For more information about DISH Network, DishHD or NBA TV HD, call 1-800-333-DISH (3474), visit www.dishnetwork.com or contact your local retailer.
# # #​
*About EchoStar Communications Corporation*
EchoStar Communications Corporation (Nasdaq: DISH) has been a leader for more than 27 years in satellite TV equipment sales and support worldwide. The Company's DISH Network® is the fastest-growing pay-TV provider in the country since 2000, providing more than 13.585 million satellite TV customers with industry-leading customer satisfaction which has surpassed major cable companies for seven years running. DISH Network customers also enjoy access to a premier line of award-winning Digital Video Recorders (DVRs), hundreds of video and audio channels, the most International channels in the U.S., industry-leading Interactive TV applications, Latino programming, and the best sports and movies in HD. DISH Network offers a variety of package and price options including the lowest all-digital price in America, the DishDVR Advantage Package, high-speed Internet service, a free upgrade to the best HD DVR in the industry, and six months free of DishHD. EchoStar is included in the Nasdaq-100 Index (NDX) and is a Fortune 300 company. Visit www.echostar.com or call 1-800-333-DISH (3474) for more information.

*About NBA TV*
Launched in 1999, NBA TV is a fan's all-access network for everything basketball. The network offers over 400 games annually including more than 100 NBA regular season and playoff games, WNBA action, D-League competition, weekly Euroleague Games, and major international events like the FIBA Americas Championship. The network, which can be seen in 73 countries, features more than 20 original series; exclusive access to NBA events; news from around the world of basketball; nightly highlights; Top 10 Plays of the Day; interviews with the game's insiders, including current stars and legends; and exciting new technology such as High Definition. In addition, NBA TV offers real-time statistics, the latest fantasy basketball and video game news, and Video-On-Demand.


----------



## Stewart Vernon (Jan 7, 2005)

Interesting...

Looks like the new NBATV is now going to be part of the basic package, like NFL is. Used to be you had to get multisport or AEP if you didn't sign up for League Pass.

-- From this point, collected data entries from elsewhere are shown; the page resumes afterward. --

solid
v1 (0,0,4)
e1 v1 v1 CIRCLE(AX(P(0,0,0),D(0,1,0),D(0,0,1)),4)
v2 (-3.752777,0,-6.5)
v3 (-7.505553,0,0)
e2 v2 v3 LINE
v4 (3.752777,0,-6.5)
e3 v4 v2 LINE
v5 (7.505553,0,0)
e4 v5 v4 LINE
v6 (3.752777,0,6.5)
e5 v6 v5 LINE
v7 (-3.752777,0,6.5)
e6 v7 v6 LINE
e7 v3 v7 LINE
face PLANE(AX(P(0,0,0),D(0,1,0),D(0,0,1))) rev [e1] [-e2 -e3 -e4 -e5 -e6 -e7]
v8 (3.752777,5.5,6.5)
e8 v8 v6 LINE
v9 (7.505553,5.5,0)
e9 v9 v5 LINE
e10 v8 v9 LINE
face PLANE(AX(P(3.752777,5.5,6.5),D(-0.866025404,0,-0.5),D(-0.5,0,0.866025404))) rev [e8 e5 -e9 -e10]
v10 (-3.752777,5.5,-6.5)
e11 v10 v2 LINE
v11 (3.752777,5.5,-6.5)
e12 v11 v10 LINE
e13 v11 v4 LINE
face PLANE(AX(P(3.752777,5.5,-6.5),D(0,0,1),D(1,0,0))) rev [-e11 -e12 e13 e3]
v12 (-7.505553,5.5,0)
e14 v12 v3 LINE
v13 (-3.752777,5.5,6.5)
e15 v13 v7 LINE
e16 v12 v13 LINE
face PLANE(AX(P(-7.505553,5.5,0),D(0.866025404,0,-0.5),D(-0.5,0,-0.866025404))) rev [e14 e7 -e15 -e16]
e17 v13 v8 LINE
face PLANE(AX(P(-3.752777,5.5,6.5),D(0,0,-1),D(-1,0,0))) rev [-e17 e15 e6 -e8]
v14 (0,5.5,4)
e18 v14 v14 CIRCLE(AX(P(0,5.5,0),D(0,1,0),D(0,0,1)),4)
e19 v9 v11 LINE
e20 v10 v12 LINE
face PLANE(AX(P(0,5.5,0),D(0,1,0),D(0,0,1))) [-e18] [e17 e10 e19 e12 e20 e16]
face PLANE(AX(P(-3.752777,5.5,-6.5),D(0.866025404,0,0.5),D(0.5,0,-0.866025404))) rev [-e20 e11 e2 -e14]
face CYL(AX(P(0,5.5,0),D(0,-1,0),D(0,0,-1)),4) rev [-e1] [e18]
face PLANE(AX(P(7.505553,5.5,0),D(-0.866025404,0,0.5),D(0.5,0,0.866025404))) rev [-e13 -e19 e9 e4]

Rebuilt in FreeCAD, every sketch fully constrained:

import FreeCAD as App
import Part
import Sketcher
Q = App.Units.Quantity

doc = App.newDocument("Part")
body = doc.addObject("PartDesign::Body", "Body")

# Sketch on XZ plane
sketch1 = body.newObject("Sketcher::SketchObject", "Sketch")
sketch1.AttachmentSupport = (doc.getObject("XZ_Plane"), [""])
sketch1.MapMode = "FlatFace"
sketch1.addGeometry([
    Part.LineSegment(App.Vector(-3.752777, -6.5, 0), App.Vector(-7.505553, 0, 0)),  # 0
    Part.LineSegment(App.Vector(-7.505553, 0, 0), App.Vector(-3.752777, 6.5, 0)),  # 1
    Part.LineSegment(App.Vector(-3.752777, 6.5, 0), App.Vector(3.752777, 6.5, 0)),  # 2
    Part.LineSegment(App.Vector(3.752777, 6.5, 0), App.Vector(7.505553, 0, 0)),  # 3
    Part.LineSegment(App.Vector(7.505553, 0, 0), App.Vector(3.752777, -6.5, 0)),  # 4
    Part.LineSegment(App.Vector(3.752777, -6.5, 0), App.Vector(-3.752777, -6.5, 0)),  # 5
    Part.Circle(App.Vector(0, 0, 0), App.Vector(0, 0, 1), 4),  # 6
], False)
sketch1.addConstraint([
    Sketcher.Constraint("Coincident", 0, 2, 1, 1),
    Sketcher.Constraint("Coincident", 1, 2, 2, 1),
    Sketcher.Constraint("Coincident", 2, 2, 3, 1),
    Sketcher.Constraint("Coincident", 3, 2, 4, 1),
    Sketcher.Constraint("Coincident", 4, 2, 5, 1),
    Sketcher.Constraint("Coincident", 5, 2, 0, 1),
    Sketcher.Constraint("Horizontal", 2),
    Sketcher.Constraint("Horizontal", 5),
    Sketcher.Constraint("Coincident", 6, 3, -1, 1),
    Sketcher.Constraint("Symmetric", 0, 2, 3, 2, -1, 1),
    Sketcher.Constraint("Symmetric", 1, 2, 4, 2, -1, 1),
    Sketcher.Constraint("PointOnObject", 0, 2, -1),
    Sketcher.Constraint("Parallel", 0, 3),
    Sketcher.Constraint("Vertical", 2, 2, 4, 2),
    Sketcher.Constraint("Diameter", 6, 8.0),
    Sketcher.Constraint("Angle", 0, Q("120 deg")),
    Sketcher.Constraint("DistanceY", 4, 2, 2, 2, 13.0),
    Sketcher.Constraint("DistanceX", 2, 1, 2, 2, 7.505554),
])
pad1 = body.newObject("PartDesign::Pad", "Pad")
pad1.Profile = sketch1
pad1.Length = 5.5
pad1.Reversed = True

doc.recompute()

So there should be more NBATV HD games on this season with Dish as well. I already see some populating in the guide for this weekend.


----------



## Smthkd (Sep 1, 2004)

I thinks its funny that Dish is STILL claiming to have the largest HD line up in the nation. Did I miss something but how can they claim this? NBA HD must be one powerful channel!


----------



## elbodude (Jul 13, 2006)

That's all find and dandy....But I am still without FSN HD in the 5th largest market!!!


----------



## FTA Michael (Jul 21, 2002)

What I wonder is, will AT100 subs who don't have HD yet now start getting NBA TV?


----------



## James Long (Apr 17, 2003)

D* vs E* moved here ...
http://www.dbstalk.com/showthread.php?t=107350

Let's talk about NBA TV HD!


----------



## ukwes21 (Apr 11, 2007)

So does this mean if you have HD and anything top 100 and higher you will get HD NBA TV now?


----------



## James Long (Apr 17, 2003)

That is the way the press release reads. I checked with a friend with AT200 and he does not have 402 in his guide (but he doesn't have DishHD ... just the grandfathered $9.99 HD pack).


----------



## ukwes21 (Apr 11, 2007)

That is the way I read it too. I have the multi sports pack now and might cancel it cause NBA TV is the only reason I have it. But since I am top 250 and have HD I shouldn't need to multi sports pack now.


----------



## James Long (Apr 17, 2003)

I'd wait until someone without sports pack or AEP confirms having the channel. Occasionally E*'s press releases are ahead of reality!


----------



## Dicx (Sep 17, 2007)

Too bad it couldn't have been FX for a new season of Nip/Tuck that starts tonight.


----------



## Bagman (Aug 14, 2004)

I have DVR Advantage package and I get NBA TV HD.


----------



## Stewart Vernon (Jan 7, 2005)

Since we are also supposed to be getting a free preview month of NBA LEague pass... we might not know for sure if it stays with us after a month.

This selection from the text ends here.